Elites and Poverty in Developing Countries: Are Donors Missing Opportunities to Engage Constructively?

Library
N Hossain, M Moore
2001

Summary

Are donors missing opportunities to engage the support of developing country elites for pro-poor policy? Is it correct to believe that elites are always hostile to efforts to tackle poverty?

This paper from the Institute of Development Studies considers how donors and international organisations can encourage support for anti-poverty measures among developing country elites. Aid agency staff tend to find elites unsupportive of or hostile to anti-poverty policies, or else find that pro-poor attitudes are not matched by actual commitment. Reactions to this hostility or weak commitment tend to be either diplomatic acceptance, or an increasingly common radical stance, in which the views of the poor alone are accepted as valid or important. But key political and economic decision-makers may be more supportive if they are constructively and sympathetically involved in the design of anti-poverty policies, rather than being excluded from such processes.

There are four reasons to believe there is potential for engaging elite support for pro-poor reform:

  • Currently, dominant conceptions of poverty are neutral and economistic, and fail to give elites reasons to feel concerned about poverty or engage their sympathy for poor people
  • ‘Poverty’ is multi-dimensional and can mean different things in different contexts, so that some notions of poverty resonate in some environments more than others
  • Elites may perceive pro-poor reform to be in their own interests: The persistence of extreme widespread poverty may threaten their well-being, because of fears of crime, social disorder or potential health threats
  • There is scope to present poverty reduction in more positive ways: Developing country elites still believe strongly in ‘development’ as a priority national goal. They perceive ‘development’ as an improvement in the quality of human resources. This opens a range of persuasive arguments about the need to tackle poverty as the basis for national development.
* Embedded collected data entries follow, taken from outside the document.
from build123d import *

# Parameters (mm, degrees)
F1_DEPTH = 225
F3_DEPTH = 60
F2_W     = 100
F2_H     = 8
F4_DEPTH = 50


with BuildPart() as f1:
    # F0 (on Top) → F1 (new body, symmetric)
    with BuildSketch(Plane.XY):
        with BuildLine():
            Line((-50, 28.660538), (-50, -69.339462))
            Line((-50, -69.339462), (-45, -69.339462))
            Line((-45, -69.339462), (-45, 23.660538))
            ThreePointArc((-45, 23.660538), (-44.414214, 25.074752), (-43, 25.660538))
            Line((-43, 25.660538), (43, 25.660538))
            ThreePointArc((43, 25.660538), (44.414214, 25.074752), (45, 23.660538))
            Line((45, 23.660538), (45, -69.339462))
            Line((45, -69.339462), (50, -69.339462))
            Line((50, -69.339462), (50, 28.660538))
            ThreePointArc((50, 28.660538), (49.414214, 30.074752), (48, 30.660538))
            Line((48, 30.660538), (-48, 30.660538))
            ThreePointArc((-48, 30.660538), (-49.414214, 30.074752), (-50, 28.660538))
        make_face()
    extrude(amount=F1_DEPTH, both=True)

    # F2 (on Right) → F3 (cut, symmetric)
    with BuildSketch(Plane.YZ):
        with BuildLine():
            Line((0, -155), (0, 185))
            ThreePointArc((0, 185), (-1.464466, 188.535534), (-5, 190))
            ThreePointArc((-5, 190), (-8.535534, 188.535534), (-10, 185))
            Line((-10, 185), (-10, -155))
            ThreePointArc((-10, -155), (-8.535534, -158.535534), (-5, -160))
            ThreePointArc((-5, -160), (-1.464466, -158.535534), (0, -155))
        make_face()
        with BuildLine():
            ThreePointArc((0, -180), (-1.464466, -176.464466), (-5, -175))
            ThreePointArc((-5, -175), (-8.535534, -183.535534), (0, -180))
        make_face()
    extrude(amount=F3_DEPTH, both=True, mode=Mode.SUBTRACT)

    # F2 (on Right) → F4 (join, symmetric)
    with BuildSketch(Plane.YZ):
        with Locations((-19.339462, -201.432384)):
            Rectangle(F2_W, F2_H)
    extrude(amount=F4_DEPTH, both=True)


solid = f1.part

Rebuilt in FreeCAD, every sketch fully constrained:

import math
import FreeCAD as App
import Part
import Sketcher
from FreeCAD import Vector


def add_polygon(sketch, points):
    """Adds a closed chain of lines whose ends are joined by coincident constraints."""
    first, n = sketch.GeometryCount, len(points)
    for a, b in zip(points, points[1:] + points[:1]):
        sketch.addGeometry(Part.LineSegment(App.Vector(*a, 0), App.Vector(*b, 0)), False)
    for i in range(n):
        sketch.addConstraint(Sketcher.Constraint("Coincident", first + i, 2, first + (i + 1) % n, 1))

doc = App.newDocument("Part")
params = doc.addObject("Spreadsheet::Sheet", "Params")
for row, (alias, value) in enumerate([
    ("sketch1_radius", "1.999999 mm"),
    ("sketch1_width", "5 mm"),
    ("sketch1_width2", "86 mm"),
    ("sketch1_height", "98 mm"),
    ("sketch1_height2", "93 mm"),
    ("pad1_length", "450 mm"),
    ("sketch2_radius", "5 mm"),
    ("sketch2_height", "340 mm"),
    ("pocket1_length", "120 mm"),
    ("sketch3_width", "100 mm"),
    ("sketch3_height", "8 mm"),
    ("pad2_length", "100 mm"),
], start=1):
    params.set(f"A{row}", alias)
    params.set(f"B{row}", "=" + value)
    params.setAlias(f"B{row}", alias)

body = doc.addObject("PartDesign::Body", "Body")

# Sketch on XY plane
sketch1 = body.newObject("Sketcher::SketchObject", "Sketch")
sketch1.AttachmentSupport = (doc.getObject("XY_Plane"), [""])
sketch1.MapMode = "FlatFace"
sketch1.addGeometry([
    Part.LineSegment(Vector(-50, 28.7, 0), Vector(-50, -69.3, 0)),  # 0
    Part.LineSegment(Vector(-50, -69.3, 0), Vector(-45, -69.3, 0)),  # 1
    Part.LineSegment(Vector(-45, -69.3, 0), Vector(-45, 23.7, 0)),  # 2
    Part.ArcOfCircle(Part.Circle(Vector(-43, 23.7, 0), Vector(0, 0, 1), 2), math.radians(90), math.radians(180)),  # 3
    Part.LineSegment(Vector(-43, 25.7, 0), Vector(43, 25.7, 0)),  # 4
    Part.ArcOfCircle(Part.Circle(Vector(43, 23.7, 0), Vector(0, 0, 1), 2), math.radians(0), math.radians(90)),  # 5
    Part.LineSegment(Vector(45, 23.7, 0), Vector(45, -69.3, 0)),  # 6
    Part.LineSegment(Vector(45, -69.3, 0), Vector(50, -69.3, 0)),  # 7
    Part.LineSegment(Vector(50, -69.3, 0), Vector(50, 28.7, 0)),  # 8
    Part.ArcOfCircle(Part.Circle(Vector(48, 28.7, 0), Vector(0, 0, 1), 2), math.radians(0), math.radians(90)),  # 9
    Part.LineSegment(Vector(48, 30.7, 0), Vector(-48, 30.7, 0)),  # 10
    Part.ArcOfCircle(Part.Circle(Vector(-48, 28.7, 0), Vector(0, 0, 1), 2), math.radians(90), math.radians(180)),  # 11
], False)
sketch1.addConstraint([
    Sketcher.Constraint("Coincident", 0, 2, 1, 1),
    Sketcher.Constraint("Coincident", 1, 2, 2, 1),
    Sketcher.Constraint("Tangent", 2, 2, 3, 2),
    Sketcher.Constraint("Tangent", 3, 1, 4, 1),
    Sketcher.Constraint("Tangent", 4, 2, 5, 2),
    Sketcher.Constraint("Tangent", 5, 1, 6, 1),
    Sketcher.Constraint("Coincident", 6, 2, 7, 1),
    Sketcher.Constraint("Coincident", 7, 2, 8, 1),
    Sketcher.Constraint("Tangent", 8, 2, 9, 1),
    Sketcher.Constraint("Tangent", 9, 2, 10, 1),
    Sketcher.Constraint("Tangent", 10, 2, 11, 1),
    Sketcher.Constraint("Tangent", 11, 2, 0, 1),
    Sketcher.Constraint("Vertical", 0),
    Sketcher.Constraint("Horizontal", 1),
    Sketcher.Constraint("Vertical", 2),
    Sketcher.Constraint("Horizontal", 4),
    Sketcher.Constraint("Vertical", 6),
    Sketcher.Constraint("Horizontal", 7),
    Sketcher.Constraint("Vertical", 8),
    Sketcher.Constraint("Horizontal", 10),
    Sketcher.Constraint("Equal", 3, 5),
    Sketcher.Constraint("Equal", 5, 9),
    Sketcher.Constraint("Equal", 9, 11),
    Sketcher.Constraint("Symmetric", 1, 2, 6, 2, -2),
    Sketcher.Constraint("Equal", 1, 7),
    Sketcher.Constraint("Radius", 3, 1.999999),
    Sketcher.Constraint("DistanceX", 1, 1, 1, 2, 5.0),
    Sketcher.Constraint("DistanceX", 4, 1, 4, 2, 86.0),
    Sketcher.Constraint("DistanceY", 0, 2, 0, 1, 98.0),
    Sketcher.Constraint("DistanceY", 2, 1, 2, 2, 93.0),
    Sketcher.Constraint("DistanceY", -1, 1, 3, 3, 23.660539),
])
sketch1.setExpression("Constraints[25]", "Params.sketch1_radius")
sketch1.setExpression("Constraints[26]", "Params.sketch1_width")
sketch1.setExpression("Constraints[27]", "Params.sketch1_width2")
sketch1.setExpression("Constraints[28]", "Params.sketch1_height")
sketch1.setExpression("Constraints[29]", "Params.sketch1_height2")
pad1 = body.newObject("PartDesign::Pad", "Pad")
pad1.Profile = sketch1
pad1.setExpression("Length", "Params.pad1_length")
pad1.Midplane = True

# Sketch on YZ plane
sketch2 = body.newObject("Sketcher::SketchObject", "Sketch001")
sketch2.AttachmentSupport = (doc.getObject("YZ_Plane"), [""])
sketch2.MapMode = "FlatFace"
sketch2.addGeometry([
    Part.LineSegment(Vector(0, -155, 0), Vector(0, 185, 0)),  # 0
    Part.ArcOfCircle(Part.Circle(Vector(-5, 185, 0), Vector(0, 0, 1), 5), math.radians(0), math.radians(90)),  # 1
    Part.ArcOfCircle(Part.Circle(Vector(-5, 185, 0), Vector(0, 0, 1), 5), math.radians(90), math.radians(180)),  # 2
    Part.LineSegment(Vector(-10, 185, 0), Vector(-10, -155, 0)),  # 3
    Part.ArcOfCircle(Part.Circle(Vector(-5, -155, 0), Vector(0, 0, 1), 5), math.radians(180), math.radians(270)),  # 4
    Part.ArcOfCircle(Part.Circle(Vector(-5, -155, 0), Vector(0, 0, 1), 5), math.radians(-90), math.radians(0)),  # 5
    Part.ArcOfCircle(Part.Circle(Vector(-5, -180, 0), Vector(0, 0, 1), 5), math.radians(0), math.radians(90)),  # 6
    Part.ArcOfCircle(Part.Circle(Vector(-5, -180, 0), Vector(0, 0, 1), 5), math.radians(90), math.radians(360)),  # 7
], False)
sketch2.addConstraint([
    Sketcher.Constraint("Tangent", 0, 2, 1, 1),
    Sketcher.Constraint("Tangent", 1, 2, 2, 1),
    Sketcher.Constraint("Tangent", 2, 2, 3, 1),
    Sketcher.Constraint("Tangent", 3, 2, 4, 1),
    Sketcher.Constraint("Tangent", 4, 2, 5, 1),
    Sketcher.Constraint("Tangent", 5, 2, 0, 1),
    Sketcher.Constraint("Tangent", 6, 1, 7, 2),
    Sketcher.Constraint("Coincident", 7, 1, 6, 2),
    Sketcher.Constraint("Vertical", 0),
    Sketcher.Constraint("Vertical", 3),
    Sketcher.Constraint("Equal", 1, 2),
    Sketcher.Constraint("Equal", 2, 4),
    Sketcher.Constraint("Equal", 5, 6),
    Sketcher.Constraint("PointOnObject", 0, 2, -2),
    Sketcher.Constraint("PointOnObject", 6, 1, -2),
    Sketcher.Constraint("Horizontal", 7, 3, 6, 1),
    Sketcher.Constraint("Vertical", 7, 3, 1, 2),
    Sketcher.Constraint("Vertical", 1, 2, 4, 2),
    Sketcher.Constraint("Vertical", 4, 2, 7, 1),
    Sketcher.Constraint("Radius", 1, 5.0),
    Sketcher.Constraint("DistanceY", 0, 1, 0, 2, 340.0),
    Sketcher.Constraint("DistanceY", -1, 1, 1, 3, 185.0),
    Sketcher.Constraint("DistanceY", 6, 3, -1, 1, 180.0),
])
sketch2.setExpression("Constraints[19]", "Params.sketch2_radius")
sketch2.setExpression("Constraints[20]", "Params.sketch2_height")
pocket1 = body.newObject("PartDesign::Pocket", "Pocket")
pocket1.Profile = sketch2
pocket1.setExpression("Length", "Params.pocket1_length")
pocket1.Midplane = True

# Sketch on YZ plane
sketch3 = body.newObject("Sketcher::SketchObject", "Sketch002")
sketch3.AttachmentSupport = (doc.getObject("YZ_Plane"), [""])
sketch3.MapMode = "FlatFace"
add_polygon(sketch3, [(-69, -197), (-69, -205), (31, -205), (31, -197)])  # lines 0-3
sketch3.addConstraint([
    Sketcher.Constraint("Vertical", 0),
    Sketcher.Constraint("Horizontal", 1),
    Sketcher.Constraint("Vertical", 2),
    Sketcher.Constraint("Horizontal", 3),
    Sketcher.Constraint("DistanceX", 1, 1, 1, 2, 100.0),
    Sketcher.Constraint("DistanceY", 0, 2, 0, 1, 8.0),
    Sketcher.Constraint("DistanceX", 0, 2, -1, 1, 69.339462),
    Sketcher.Constraint("DistanceY", 0, 2, -1, 1, 205.432384),
])
sketch3.setExpression("Constraints[8]", "Params.sketch3_width")
sketch3.setExpression("Constraints[9]", "Params.sketch3_height")
pad2 = body.newObject("PartDesign::Pad", "Pad001")
pad2.Profile = sketch3
pad2.setExpression("Length", "Params.pad2_length")
pad2.Midplane = True

doc.recompute()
There is no simple formula for designing arguments that will trigger pro-poor responses everywhere. Nor would it be productive for donors to attempt to change elites’ thinking about poverty. Instead, donors could engage elites in discussions about poverty in ways that encourage them to think of the scope for joint gains from poverty reduction. The types of arguments most likely to prove persuasive with developing country elites include:

  • Specific arguments justifying particular policies that benefit the poor because they also improve the human resource basis for development
  • Implicit or explicit appeals to rivalries with similar or neighbouring countries which have performed well on poverty reduction
  • Arguments emphasising national altruism – doing what is right for the people of one’s own country
  • And, very importantly, plausible accounts of success with poverty reduction: Elites need to believe not only that there is a problem, but that there are solutions, and that governments or other actors are capable of implementing these.
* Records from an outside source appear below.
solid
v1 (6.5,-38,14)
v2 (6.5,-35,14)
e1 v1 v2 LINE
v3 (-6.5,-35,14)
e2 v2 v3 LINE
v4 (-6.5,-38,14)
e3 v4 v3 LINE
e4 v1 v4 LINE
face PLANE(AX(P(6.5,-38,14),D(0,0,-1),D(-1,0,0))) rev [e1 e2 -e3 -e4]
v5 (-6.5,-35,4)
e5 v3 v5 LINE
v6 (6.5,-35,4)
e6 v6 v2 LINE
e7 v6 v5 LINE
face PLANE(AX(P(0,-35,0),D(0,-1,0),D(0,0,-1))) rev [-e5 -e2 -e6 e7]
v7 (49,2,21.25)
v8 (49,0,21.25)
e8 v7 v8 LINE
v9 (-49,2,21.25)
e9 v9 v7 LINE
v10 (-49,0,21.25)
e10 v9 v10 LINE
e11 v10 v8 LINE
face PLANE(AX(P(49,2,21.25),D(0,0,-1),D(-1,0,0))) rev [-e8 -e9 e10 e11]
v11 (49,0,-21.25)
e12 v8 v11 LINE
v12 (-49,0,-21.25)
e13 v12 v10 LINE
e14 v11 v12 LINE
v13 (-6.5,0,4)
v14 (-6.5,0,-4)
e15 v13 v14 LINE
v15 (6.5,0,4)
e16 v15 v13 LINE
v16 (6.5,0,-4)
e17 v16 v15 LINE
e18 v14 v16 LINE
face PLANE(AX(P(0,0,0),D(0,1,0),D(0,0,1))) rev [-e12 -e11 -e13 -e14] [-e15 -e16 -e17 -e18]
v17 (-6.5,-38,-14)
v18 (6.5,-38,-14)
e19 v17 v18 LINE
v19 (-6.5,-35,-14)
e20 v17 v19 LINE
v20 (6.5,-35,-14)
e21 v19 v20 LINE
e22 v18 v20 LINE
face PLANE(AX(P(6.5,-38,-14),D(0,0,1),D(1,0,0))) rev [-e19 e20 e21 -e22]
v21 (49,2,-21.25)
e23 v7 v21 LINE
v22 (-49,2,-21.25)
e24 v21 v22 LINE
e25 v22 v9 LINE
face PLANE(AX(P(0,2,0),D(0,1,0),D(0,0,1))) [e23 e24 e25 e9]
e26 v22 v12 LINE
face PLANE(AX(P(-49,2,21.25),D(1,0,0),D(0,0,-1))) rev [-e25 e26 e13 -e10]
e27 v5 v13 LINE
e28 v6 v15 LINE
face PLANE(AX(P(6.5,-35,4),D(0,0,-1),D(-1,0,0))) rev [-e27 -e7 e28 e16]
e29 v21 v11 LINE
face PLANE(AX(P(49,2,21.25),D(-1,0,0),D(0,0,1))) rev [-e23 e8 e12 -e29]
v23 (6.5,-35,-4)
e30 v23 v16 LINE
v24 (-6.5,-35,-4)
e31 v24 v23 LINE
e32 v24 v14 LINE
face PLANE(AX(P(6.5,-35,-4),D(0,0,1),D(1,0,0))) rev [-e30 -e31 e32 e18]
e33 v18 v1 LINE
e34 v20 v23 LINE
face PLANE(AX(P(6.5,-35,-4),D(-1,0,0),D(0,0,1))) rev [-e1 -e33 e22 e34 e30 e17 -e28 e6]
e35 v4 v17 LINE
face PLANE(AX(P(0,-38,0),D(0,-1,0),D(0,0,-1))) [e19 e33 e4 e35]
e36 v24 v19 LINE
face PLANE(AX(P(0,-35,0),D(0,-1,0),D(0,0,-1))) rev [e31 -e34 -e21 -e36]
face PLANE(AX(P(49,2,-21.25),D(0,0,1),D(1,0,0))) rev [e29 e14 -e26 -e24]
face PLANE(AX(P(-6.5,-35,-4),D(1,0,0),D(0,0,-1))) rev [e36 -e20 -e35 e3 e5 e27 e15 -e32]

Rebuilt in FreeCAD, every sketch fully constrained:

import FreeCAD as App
import Part
import Sketcher

V = App.Vector
Q = App.Units.Quantity


def add_polygon(sketch, points):
    """Adds a closed chain of lines whose ends are joined by coincident constraints."""
    first, n = sketch.GeometryCount, len(points)
    for a, b in zip(points, points[1:] + points[:1]):
        sketch.addGeometry(Part.LineSegment(App.Vector(*a, 0), App.Vector(*b, 0)), False)
    for i in range(n):
        sketch.addConstraint(Sketcher.Constraint("Coincident", first + i, 2, first + (i + 1) % n, 1))

doc = App.newDocument("Part")
params = doc.addObject("Spreadsheet::Sheet", "Params")
for row, (alias, value) in enumerate([
    ("sketch1_width", "98 mm"),
    ("sketch1_height", "42.5 mm"),
    ("pad1_length", "2 mm"),
    ("sketch2_width", "13 mm"),
    ("sketch2_height", "8 mm"),
    ("pad2_length", "35 mm"),
    ("sketch3_width", "13 mm"),
    ("sketch3_height", "28 mm"),
    ("pad3_length", "3 mm"),
], start=1):
    params.set(f"A{row}", alias)
    params.set(f"B{row}", "=" + value)
    params.setAlias(f"B{row}", alias)

body = doc.addObject("PartDesign::Body", "Body")

sketch1 = body.newObject("Sketcher::SketchObject", "Sketch")
sketch1.AttachmentSupport = (doc.getObject("XZ_Plane"), [""])
sketch1.MapMode = "FlatFace"
add_polygon(sketch1, [(-49, -21), (-49, 21), (49, 21), (49, -21)])
sketch1.addConstraint([
    Sketcher.Constraint("Vertical", 0),
    Sketcher.Constraint("Horizontal", 1),
    Sketcher.Constraint("Vertical", 2),
    Sketcher.Constraint("Horizontal", 3),
    Sketcher.Constraint("Symmetric", 0, 2, 2, 2, -1, 1),
    Sketcher.Constraint("DistanceX", 1, 1, 1, 2, Q("98 mm")),
    Sketcher.Constraint("DistanceY", 0, 1, 0, 2, Q("42.5 mm")),
])
sketch1.setExpression("Constraints[9]", "Params.sketch1_width")
sketch1.setExpression("Constraints[10]", "Params.sketch1_height")
pad1 = body.newObject("PartDesign::Pad", "Pad")
pad1.Profile = sketch1
pad1.setExpression("Length", "Params.pad1_length")
pad1.Reversed = True

sketch2 = body.newObject("Sketcher::SketchObject", "Sketch001")
sketch2.AttachmentSupport = (doc.getObject("XZ_Plane"), [""])
sketch2.MapMode = "FlatFace"
add_polygon(sketch2, [(-6, 4), (-6, -4), (6, -4), (6, 4)])
sketch2.addConstraint([
    Sketcher.Constraint("Vertical", 0),
    Sketcher.Constraint("Horizontal", 1),
    Sketcher.Constraint("Vertical", 2),
    Sketcher.Constraint("Horizontal", 3),
    Sketcher.Constraint("Symmetric", 0, 2, 2, 2, -1, 1),
    Sketcher.Constraint("DistanceX", 1, 1, 1, 2, Q("13 mm")),
    Sketcher.Constraint("DistanceY", 0, 2, 0, 1, Q("8 mm")),
])
sketch2.setExpression("Constraints[9]", "Params.sketch2_width")
sketch2.setExpression("Constraints[10]", "Params.sketch2_height")
pad2 = body.newObject("PartDesign::Pad", "Pad001")
pad2.Profile = sketch2
pad2.setExpression("Length", "Params.pad2_length")

sketch3 = body.newObject("Sketcher::SketchObject", "Sketch002")
sketch3.AttachmentSupport = (doc.getObject("XZ_Plane"), [""])
sketch3.MapMode = "FlatFace"
sketch3.AttachmentOffset = App.Placement(V(0, 0, 35), App.Rotation())
add_polygon(sketch3, [(-6, 14), (-6, -14), (6, -14), (6, 14)])
sketch3.addConstraint([
    Sketcher.Constraint("Vertical", 0),
    Sketcher.Constraint("Horizontal", 1),
    Sketcher.Constraint("Vertical", 2),
    Sketcher.Constraint("Horizontal", 3),
    Sketcher.Constraint("Symmetric", 0, 2, 2, 2, -1, 1),
    Sketcher.Constraint("DistanceX", 1, 1, 1, 2, Q("13 mm")),
    Sketcher.Constraint("DistanceY", 0, 2, 0, 1, Q("28 mm")),
])
sketch3.setExpression("Constraints[9]", "Params.sketch3_width")
sketch3.setExpression("Constraints[10]", "Params.sketch3_height")
pad3 = body.newObject("PartDesign::Pad", "Pad002")
pad3.Profile = sketch3
pad3.setExpression("Length", "Params.pad3_length")

doc.recompute()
Although engaging elite support for pro-poor reform does not require that they must be ‘pro-poor’, the most persuasive and successful arguments will appeal to both the compassionate and the instrumental reasons for tackling poverty as a priority.

Source

Hossain, N. and Moore, M. 2001 'Elites and Poverty in Developing Countries: Are Donors Missing Opportunities to Engage Constructively?' Institute of Development Studies, Brighton.